The required output is the lines below from the line containing "line L5 (2.5, -14)" to the line containing "line L7 (21.5, 7.5) -> (21.5, -11.5)", inclusive, retyped exactly. No other lines belong in it.

■ ■ ■

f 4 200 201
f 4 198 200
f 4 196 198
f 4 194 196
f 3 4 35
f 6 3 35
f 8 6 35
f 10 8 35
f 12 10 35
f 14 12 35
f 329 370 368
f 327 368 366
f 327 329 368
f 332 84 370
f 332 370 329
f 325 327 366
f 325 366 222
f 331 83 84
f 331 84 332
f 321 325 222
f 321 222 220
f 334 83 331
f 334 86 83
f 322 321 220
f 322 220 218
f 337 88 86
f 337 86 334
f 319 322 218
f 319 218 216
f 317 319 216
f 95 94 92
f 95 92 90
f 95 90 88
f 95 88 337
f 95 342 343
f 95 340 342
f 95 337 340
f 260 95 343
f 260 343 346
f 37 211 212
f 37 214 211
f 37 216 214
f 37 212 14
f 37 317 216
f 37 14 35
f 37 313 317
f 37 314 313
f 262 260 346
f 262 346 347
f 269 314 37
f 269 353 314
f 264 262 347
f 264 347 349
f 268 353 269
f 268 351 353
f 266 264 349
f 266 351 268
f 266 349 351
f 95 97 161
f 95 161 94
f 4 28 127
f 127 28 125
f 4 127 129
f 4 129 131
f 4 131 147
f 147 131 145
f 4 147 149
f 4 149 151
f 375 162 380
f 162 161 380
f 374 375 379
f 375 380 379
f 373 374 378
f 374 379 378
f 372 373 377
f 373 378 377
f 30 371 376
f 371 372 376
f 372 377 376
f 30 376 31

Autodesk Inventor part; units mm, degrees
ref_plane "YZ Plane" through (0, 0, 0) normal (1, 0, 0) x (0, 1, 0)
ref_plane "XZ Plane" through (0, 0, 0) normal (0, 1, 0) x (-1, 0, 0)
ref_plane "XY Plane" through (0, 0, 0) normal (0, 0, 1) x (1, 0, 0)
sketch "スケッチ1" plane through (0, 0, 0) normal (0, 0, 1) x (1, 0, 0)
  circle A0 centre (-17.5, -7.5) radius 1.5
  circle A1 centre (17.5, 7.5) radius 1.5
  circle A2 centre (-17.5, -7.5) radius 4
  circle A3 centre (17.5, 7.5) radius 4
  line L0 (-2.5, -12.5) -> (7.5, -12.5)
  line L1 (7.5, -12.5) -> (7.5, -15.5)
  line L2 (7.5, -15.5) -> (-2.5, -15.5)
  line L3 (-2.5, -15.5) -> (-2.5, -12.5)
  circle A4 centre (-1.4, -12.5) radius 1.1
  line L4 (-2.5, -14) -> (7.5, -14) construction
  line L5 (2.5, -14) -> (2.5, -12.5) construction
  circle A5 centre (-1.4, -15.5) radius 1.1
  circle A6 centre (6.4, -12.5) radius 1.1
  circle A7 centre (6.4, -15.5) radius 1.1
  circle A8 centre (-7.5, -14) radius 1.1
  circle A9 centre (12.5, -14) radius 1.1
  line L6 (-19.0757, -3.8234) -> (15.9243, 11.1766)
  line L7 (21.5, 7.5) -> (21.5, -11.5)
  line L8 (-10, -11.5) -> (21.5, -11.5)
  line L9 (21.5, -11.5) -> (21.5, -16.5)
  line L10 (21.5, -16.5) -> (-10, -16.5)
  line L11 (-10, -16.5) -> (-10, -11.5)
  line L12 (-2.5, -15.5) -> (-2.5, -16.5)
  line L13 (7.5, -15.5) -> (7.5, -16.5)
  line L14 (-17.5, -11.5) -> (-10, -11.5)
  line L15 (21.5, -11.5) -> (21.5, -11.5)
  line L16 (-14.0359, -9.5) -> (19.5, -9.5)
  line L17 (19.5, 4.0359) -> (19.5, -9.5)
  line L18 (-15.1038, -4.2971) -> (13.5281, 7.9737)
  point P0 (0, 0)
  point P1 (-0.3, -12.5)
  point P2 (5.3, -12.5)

■ ■ ■

◆ **RESULT OF THE EXERCISE**
  line L5 (2.5, -14) -> (2.5, -12.5) construction
  circle A5 centre (-1.4, -15.5) radius 1.1
  circle A6 centre (6.4, -12.5) radius 1.1
  circle A7 centre (6.4, -15.5) radius 1.1
  circle A8 centre (-7.5, -14) radius 1.1
  circle A9 centre (12.5, -14) radius 1.1
  line L6 (-19.0757, -3.8234) -> (15.9243, 11.1766)
  line L7 (21.5, 7.5) -> (21.5, -11.5)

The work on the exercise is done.